Personal information
- Full name: Lesley James Hampson
- Born: 5 April 1934 Sydney, New South Wales, Australia
- Died: 16 July 1998 (aged 64) Grafton, New South Wales, Australia

Playing information
- Position: Prop
Club
| Years | Team | Pld | T | G | FG | P |
| 1955–59 | Newtown | 35 | 0 | 0 | 0 | 0 |
| 1960 | Eastern Suburbs | 10 | 0 | 0 | 0 | 0 |
|  | Total | 45 | 0 | 0 | 0 | 0 |
Representative
| Years | Team | Pld | T | G | FG | P |
| 1956 | New South Wales | 2 | 0 | 0 | 0 | 0 |
- Source:

= Les Hampson =

Australian rugby league footballer

Les Hampson (born 1934) was an Australian rugby league footballer who played in the 1950s and 1960s. He played for Newtown and Eastern Suburbs in the New South Wales Rugby League (NSWRL) competition.

==Playing career==
Hampson made his first grade debut for Newtown in 1955. Hampson was part of the Newtown side which claimed the minor premiership that year. Newtown would go on and reach the 1955 NSWRL grand final against Souths. Newtown went into the game as favourites as South Sydney were without a few of their star players, including future immortal Clive Churchill. Souths reached the grand final on the back of 9 victories in a row, including 2 sudden death finals games.

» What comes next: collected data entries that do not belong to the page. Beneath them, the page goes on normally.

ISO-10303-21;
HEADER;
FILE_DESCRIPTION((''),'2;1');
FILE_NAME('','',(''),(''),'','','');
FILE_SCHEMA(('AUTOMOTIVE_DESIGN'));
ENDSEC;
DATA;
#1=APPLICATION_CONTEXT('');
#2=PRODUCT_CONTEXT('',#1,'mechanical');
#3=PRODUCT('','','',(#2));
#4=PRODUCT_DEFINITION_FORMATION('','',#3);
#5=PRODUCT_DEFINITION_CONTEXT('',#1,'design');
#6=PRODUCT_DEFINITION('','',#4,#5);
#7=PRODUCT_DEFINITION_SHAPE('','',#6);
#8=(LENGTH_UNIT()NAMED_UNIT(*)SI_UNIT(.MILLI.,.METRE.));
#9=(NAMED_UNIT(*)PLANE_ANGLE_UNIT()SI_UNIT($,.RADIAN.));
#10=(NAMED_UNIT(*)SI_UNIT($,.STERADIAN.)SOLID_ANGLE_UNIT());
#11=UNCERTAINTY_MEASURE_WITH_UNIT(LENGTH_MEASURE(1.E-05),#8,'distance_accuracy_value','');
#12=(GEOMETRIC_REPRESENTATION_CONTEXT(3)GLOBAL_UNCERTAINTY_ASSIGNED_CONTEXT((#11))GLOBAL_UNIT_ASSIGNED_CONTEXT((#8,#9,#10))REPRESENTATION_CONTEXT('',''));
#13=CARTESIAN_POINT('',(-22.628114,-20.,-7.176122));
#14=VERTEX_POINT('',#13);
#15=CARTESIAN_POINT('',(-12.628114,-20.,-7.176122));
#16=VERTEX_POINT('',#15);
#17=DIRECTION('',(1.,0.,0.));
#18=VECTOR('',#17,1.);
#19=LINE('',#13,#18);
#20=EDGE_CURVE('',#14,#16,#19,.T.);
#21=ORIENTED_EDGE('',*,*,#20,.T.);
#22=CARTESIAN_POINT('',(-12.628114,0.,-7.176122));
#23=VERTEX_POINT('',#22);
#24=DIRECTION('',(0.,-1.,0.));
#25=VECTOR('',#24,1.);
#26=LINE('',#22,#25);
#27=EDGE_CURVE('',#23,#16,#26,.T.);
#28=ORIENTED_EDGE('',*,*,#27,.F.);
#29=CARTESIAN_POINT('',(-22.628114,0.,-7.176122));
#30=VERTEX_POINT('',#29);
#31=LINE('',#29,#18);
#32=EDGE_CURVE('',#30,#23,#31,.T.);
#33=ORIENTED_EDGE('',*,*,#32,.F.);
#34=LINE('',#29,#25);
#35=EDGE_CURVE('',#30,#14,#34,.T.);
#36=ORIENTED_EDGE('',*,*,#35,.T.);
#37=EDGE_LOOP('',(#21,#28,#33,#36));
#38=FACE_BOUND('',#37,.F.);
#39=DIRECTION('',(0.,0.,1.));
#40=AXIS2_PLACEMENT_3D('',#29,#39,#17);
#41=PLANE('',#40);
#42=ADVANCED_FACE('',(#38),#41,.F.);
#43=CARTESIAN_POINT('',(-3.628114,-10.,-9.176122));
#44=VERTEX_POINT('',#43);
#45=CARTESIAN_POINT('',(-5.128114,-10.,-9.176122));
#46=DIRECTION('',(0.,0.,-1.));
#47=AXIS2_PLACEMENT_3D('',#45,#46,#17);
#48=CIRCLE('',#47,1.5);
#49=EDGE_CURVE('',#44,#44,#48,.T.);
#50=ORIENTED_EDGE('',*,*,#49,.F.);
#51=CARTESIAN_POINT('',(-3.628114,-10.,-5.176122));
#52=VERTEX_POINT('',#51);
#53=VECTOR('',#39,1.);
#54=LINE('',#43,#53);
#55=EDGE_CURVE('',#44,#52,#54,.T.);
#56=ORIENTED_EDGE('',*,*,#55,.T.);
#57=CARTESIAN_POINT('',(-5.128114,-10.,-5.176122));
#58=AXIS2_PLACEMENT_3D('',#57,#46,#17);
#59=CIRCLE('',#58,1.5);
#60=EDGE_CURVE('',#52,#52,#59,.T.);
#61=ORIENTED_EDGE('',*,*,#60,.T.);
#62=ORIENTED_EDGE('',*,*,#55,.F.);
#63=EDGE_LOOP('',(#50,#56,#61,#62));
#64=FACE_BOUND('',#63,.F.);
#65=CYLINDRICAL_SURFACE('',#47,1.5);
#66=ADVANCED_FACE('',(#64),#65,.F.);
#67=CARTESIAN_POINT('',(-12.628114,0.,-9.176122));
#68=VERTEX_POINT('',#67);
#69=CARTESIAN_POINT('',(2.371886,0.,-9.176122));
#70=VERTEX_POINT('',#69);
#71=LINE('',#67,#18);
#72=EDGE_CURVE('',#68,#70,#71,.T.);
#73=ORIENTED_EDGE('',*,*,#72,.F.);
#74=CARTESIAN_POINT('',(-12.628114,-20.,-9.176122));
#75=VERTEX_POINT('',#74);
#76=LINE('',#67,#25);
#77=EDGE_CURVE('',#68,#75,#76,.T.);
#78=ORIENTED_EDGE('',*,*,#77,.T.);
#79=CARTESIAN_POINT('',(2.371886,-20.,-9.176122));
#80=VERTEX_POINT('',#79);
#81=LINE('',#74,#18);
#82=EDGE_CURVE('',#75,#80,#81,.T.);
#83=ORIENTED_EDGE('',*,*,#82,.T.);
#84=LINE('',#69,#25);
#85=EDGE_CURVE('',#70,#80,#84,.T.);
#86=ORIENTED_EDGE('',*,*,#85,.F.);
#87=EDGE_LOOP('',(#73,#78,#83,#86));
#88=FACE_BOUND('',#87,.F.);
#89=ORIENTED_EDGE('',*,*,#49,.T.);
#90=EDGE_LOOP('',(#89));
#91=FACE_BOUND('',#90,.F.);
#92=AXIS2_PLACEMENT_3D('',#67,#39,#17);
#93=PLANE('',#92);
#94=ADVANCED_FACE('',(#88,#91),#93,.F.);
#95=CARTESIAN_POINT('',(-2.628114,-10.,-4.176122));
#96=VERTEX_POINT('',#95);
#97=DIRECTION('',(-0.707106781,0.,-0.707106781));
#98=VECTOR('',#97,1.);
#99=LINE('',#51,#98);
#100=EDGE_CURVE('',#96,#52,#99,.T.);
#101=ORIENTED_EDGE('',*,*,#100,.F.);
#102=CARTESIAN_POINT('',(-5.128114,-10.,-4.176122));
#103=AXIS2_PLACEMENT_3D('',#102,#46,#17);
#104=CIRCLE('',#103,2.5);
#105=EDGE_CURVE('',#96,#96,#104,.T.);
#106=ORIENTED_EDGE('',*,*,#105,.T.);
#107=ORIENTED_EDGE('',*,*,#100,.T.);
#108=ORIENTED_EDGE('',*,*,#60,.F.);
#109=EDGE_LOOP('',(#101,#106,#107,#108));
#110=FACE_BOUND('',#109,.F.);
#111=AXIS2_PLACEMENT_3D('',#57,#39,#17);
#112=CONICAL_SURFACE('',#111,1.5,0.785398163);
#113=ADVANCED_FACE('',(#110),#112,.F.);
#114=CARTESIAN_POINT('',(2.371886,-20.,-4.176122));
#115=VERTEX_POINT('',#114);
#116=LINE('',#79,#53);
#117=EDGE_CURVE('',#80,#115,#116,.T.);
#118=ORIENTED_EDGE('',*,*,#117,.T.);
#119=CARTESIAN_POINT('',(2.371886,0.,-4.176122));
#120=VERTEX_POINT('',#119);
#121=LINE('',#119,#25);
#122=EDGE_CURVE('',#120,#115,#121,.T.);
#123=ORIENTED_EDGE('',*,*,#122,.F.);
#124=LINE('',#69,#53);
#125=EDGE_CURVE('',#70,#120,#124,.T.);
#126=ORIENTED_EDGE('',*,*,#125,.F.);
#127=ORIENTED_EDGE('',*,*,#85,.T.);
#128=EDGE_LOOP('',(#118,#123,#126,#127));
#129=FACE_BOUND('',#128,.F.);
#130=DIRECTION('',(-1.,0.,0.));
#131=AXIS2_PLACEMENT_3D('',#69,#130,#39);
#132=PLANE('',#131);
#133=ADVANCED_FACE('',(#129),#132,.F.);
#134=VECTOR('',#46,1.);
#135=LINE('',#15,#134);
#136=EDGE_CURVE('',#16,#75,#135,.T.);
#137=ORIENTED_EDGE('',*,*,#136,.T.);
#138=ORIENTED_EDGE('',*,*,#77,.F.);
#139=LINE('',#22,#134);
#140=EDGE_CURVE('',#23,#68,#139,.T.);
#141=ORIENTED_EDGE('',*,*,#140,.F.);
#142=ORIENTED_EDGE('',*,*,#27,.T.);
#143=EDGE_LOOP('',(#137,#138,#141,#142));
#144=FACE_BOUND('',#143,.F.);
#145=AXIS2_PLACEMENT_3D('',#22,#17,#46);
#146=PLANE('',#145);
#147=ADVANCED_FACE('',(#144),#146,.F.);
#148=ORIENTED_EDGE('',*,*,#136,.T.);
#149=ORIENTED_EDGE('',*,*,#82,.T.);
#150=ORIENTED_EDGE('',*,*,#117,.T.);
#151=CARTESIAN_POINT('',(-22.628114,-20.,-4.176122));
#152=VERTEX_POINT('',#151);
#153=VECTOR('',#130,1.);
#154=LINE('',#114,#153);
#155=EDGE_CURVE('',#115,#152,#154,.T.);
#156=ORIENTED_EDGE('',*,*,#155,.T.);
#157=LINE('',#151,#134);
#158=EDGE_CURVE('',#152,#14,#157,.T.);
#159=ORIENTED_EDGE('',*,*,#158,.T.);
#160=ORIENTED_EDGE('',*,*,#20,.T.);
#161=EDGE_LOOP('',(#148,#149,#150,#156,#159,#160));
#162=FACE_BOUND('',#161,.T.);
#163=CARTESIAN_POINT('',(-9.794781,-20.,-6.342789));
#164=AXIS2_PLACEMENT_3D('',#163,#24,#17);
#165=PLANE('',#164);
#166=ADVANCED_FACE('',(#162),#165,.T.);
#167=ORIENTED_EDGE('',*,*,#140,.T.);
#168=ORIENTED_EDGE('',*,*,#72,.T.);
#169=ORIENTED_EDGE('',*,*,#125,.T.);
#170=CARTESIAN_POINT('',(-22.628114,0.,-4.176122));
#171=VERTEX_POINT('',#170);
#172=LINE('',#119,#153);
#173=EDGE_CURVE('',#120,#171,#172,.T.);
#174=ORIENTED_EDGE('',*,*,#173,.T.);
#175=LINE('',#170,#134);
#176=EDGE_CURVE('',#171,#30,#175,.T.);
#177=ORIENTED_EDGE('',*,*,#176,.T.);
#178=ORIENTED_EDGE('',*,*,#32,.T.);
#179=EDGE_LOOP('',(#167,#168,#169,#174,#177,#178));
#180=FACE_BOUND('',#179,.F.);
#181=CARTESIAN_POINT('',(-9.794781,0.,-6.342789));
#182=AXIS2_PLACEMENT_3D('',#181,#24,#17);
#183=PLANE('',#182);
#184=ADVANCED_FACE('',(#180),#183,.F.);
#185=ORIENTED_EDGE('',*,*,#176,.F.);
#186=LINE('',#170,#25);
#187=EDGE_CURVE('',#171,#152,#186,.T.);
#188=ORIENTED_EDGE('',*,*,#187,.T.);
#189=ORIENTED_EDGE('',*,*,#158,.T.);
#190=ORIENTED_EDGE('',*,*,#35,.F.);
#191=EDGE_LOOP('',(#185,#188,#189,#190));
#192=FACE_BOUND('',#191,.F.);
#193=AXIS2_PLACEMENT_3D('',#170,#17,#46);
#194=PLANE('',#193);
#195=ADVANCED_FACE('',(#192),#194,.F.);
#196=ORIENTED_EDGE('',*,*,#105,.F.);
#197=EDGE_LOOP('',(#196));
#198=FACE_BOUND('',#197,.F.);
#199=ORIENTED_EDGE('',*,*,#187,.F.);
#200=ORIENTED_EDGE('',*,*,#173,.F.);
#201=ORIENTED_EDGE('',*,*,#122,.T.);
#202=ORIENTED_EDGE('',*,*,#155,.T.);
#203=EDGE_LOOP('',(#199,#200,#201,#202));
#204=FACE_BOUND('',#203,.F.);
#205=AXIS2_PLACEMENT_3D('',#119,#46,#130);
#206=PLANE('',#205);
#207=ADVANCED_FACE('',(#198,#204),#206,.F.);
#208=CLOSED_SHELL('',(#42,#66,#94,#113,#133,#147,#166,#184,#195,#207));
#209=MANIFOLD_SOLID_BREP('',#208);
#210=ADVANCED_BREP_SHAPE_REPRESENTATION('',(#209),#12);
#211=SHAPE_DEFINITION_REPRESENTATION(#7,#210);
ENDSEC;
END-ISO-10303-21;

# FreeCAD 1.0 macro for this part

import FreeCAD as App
import Part
import Sketcher

V = App.Vector
Q = App.Units.Quantity


def edges_at(feature, points):
    """Names of the edges that pass closest to the given points."""
    edges = feature.Shape.Edges
    near = lambda p: min(range(len(edges)), key=lambda i: edges[i].distToShape(Part.Vertex(*p))[0])
    return sorted({f"Edge{near(p) + 1}" for p in points})

doc = App.newDocument("Part")
body = doc.addObject("PartDesign::Body", "Body")

# Sketch on XZ plane
sketch1 = body.newObject("Sketcher::SketchObject", "Sketch")
sketch1.AttachmentSupport = (doc.getObject("XZ_Plane"), [""])
sketch1.MapMode = "FlatFace"
sketch1.addGeometry([
    Part.LineSegment(V(-22.6, -7.2, 0), V(-12.6, -7.2, 0)),  # 0
    Part.LineSegment(V(-12.6, -7.2, 0), V(-12.6, -9.2, 0)),  # 1
    Part.LineSegment(V(-12.6, -9.2, 0), V(2.4, -9.2, 0)),  # 2
    Part.LineSegment(V(2.4, -9.2, 0), V(2.4, -4.2, 0)),  # 3
    Part.LineSegment(V(2.4, -4.2, 0), V(-22.6, -4.2, 0)),  # 4
    Part.LineSegment(V(-22.6, -4.2, 0), V(-22.6, -7.2, 0)),  # 5
], False)
sketch1.addConstraint([
    Sketcher.Constraint("Coincident", 0, 2, 1, 1),
    Sketcher.Constraint("Coincident", 1, 2, 2, 1),
    Sketcher.Constraint("Coincident", 2, 2, 3, 1),
    Sketcher.Constraint("Coincident", 3, 2, 4, 1),
    Sketcher.Constraint("Coincident", 4, 2, 5, 1),
    Sketcher.Constraint("Coincident", 5, 2, 0, 1),
    Sketcher.Constraint("Horizontal", 0),
    Sketcher.Constraint("Vertical", 1),
    Sketcher.Constraint("Horizontal", 2),
    Sketcher.Constraint("Vertical", 3),
    Sketcher.Constraint("Horizontal", 4),
    Sketcher.Constraint("Vertical", 5),
    Sketcher.Constraint("DistanceX", 0, 1, 0, 2, Q("10 mm")),
    Sketcher.Constraint("DistanceX", 2, 1, 2, 2, Q("15 mm")),
    Sketcher.Constraint("DistanceY", 1, 2, 1, 1, Q("2 mm")),
    Sketcher.Constraint("DistanceY", 3, 1, 3, 2, Q("5 mm")),
    Sketcher.Constraint("DistanceX", 0, 2, -1, 1, Q("12.628114 mm")),
    Sketcher.Constraint("DistanceY", 0, 2, -1, 1, Q("7.176122 mm")),
])
pad1 = body.newObject("PartDesign::Pad", "Pad")
pad1.Profile = sketch1
pad1.Length = 20

# Sketch on XY plane
sketch2 = body.newObject("Sketcher::SketchObject", "Sketch001")
sketch2.AttachmentSupport = (doc.getObject("XY_Plane"), [""])
sketch2.MapMode = "FlatFace"
sketch2.AttachmentOffset = App.Placement(V(0, 0, -9.176122), App.Rotation())
sketch2.addGeometry(Part.Circle(V(-5.1, -10, 0), V(0, 0, 1), 1.5), False)
sketch2.addConstraint([
    Sketcher.Constraint("Diameter", 0, Q("3 mm")),
    Sketcher.Constraint("DistanceY", 0, 3, -1, 1, Q("10 mm")),
    Sketcher.Constraint("DistanceX", 0, 3, -1, 1, Q("5.128114 mm")),
])
pocket1 = body.newObject("PartDesign::Pocket", "Pocket")
pocket1.Profile = sketch2
pocket1.Type = "ThroughAll"
pocket1.Reversed = True
doc.recompute()

chamfer = body.newObject("PartDesign::Chamfer", "Chamfer")
chamfer.Base = (pocket1, edges_at(pocket1, [(-6.628, -10, -4.176)]))
chamfer.Size = 1

doc.recompute()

Hampson played at prop in the game which Newtown led at halftime 8–4 before Souths came back to win a thrilling contest 12–11. This would be Newtown's last grand final appearance for another 26 years. In 1956, Hampson was selected to play for New South Wales.

Hampson played with Newtown until the end of 1959 before departing the club to join Eastern Suburbs. Hampson played 1 season for Easts in 1960 as the club reached the grand final against St George. Hampson missed out on playing in the final as St George won convincingly 31–6.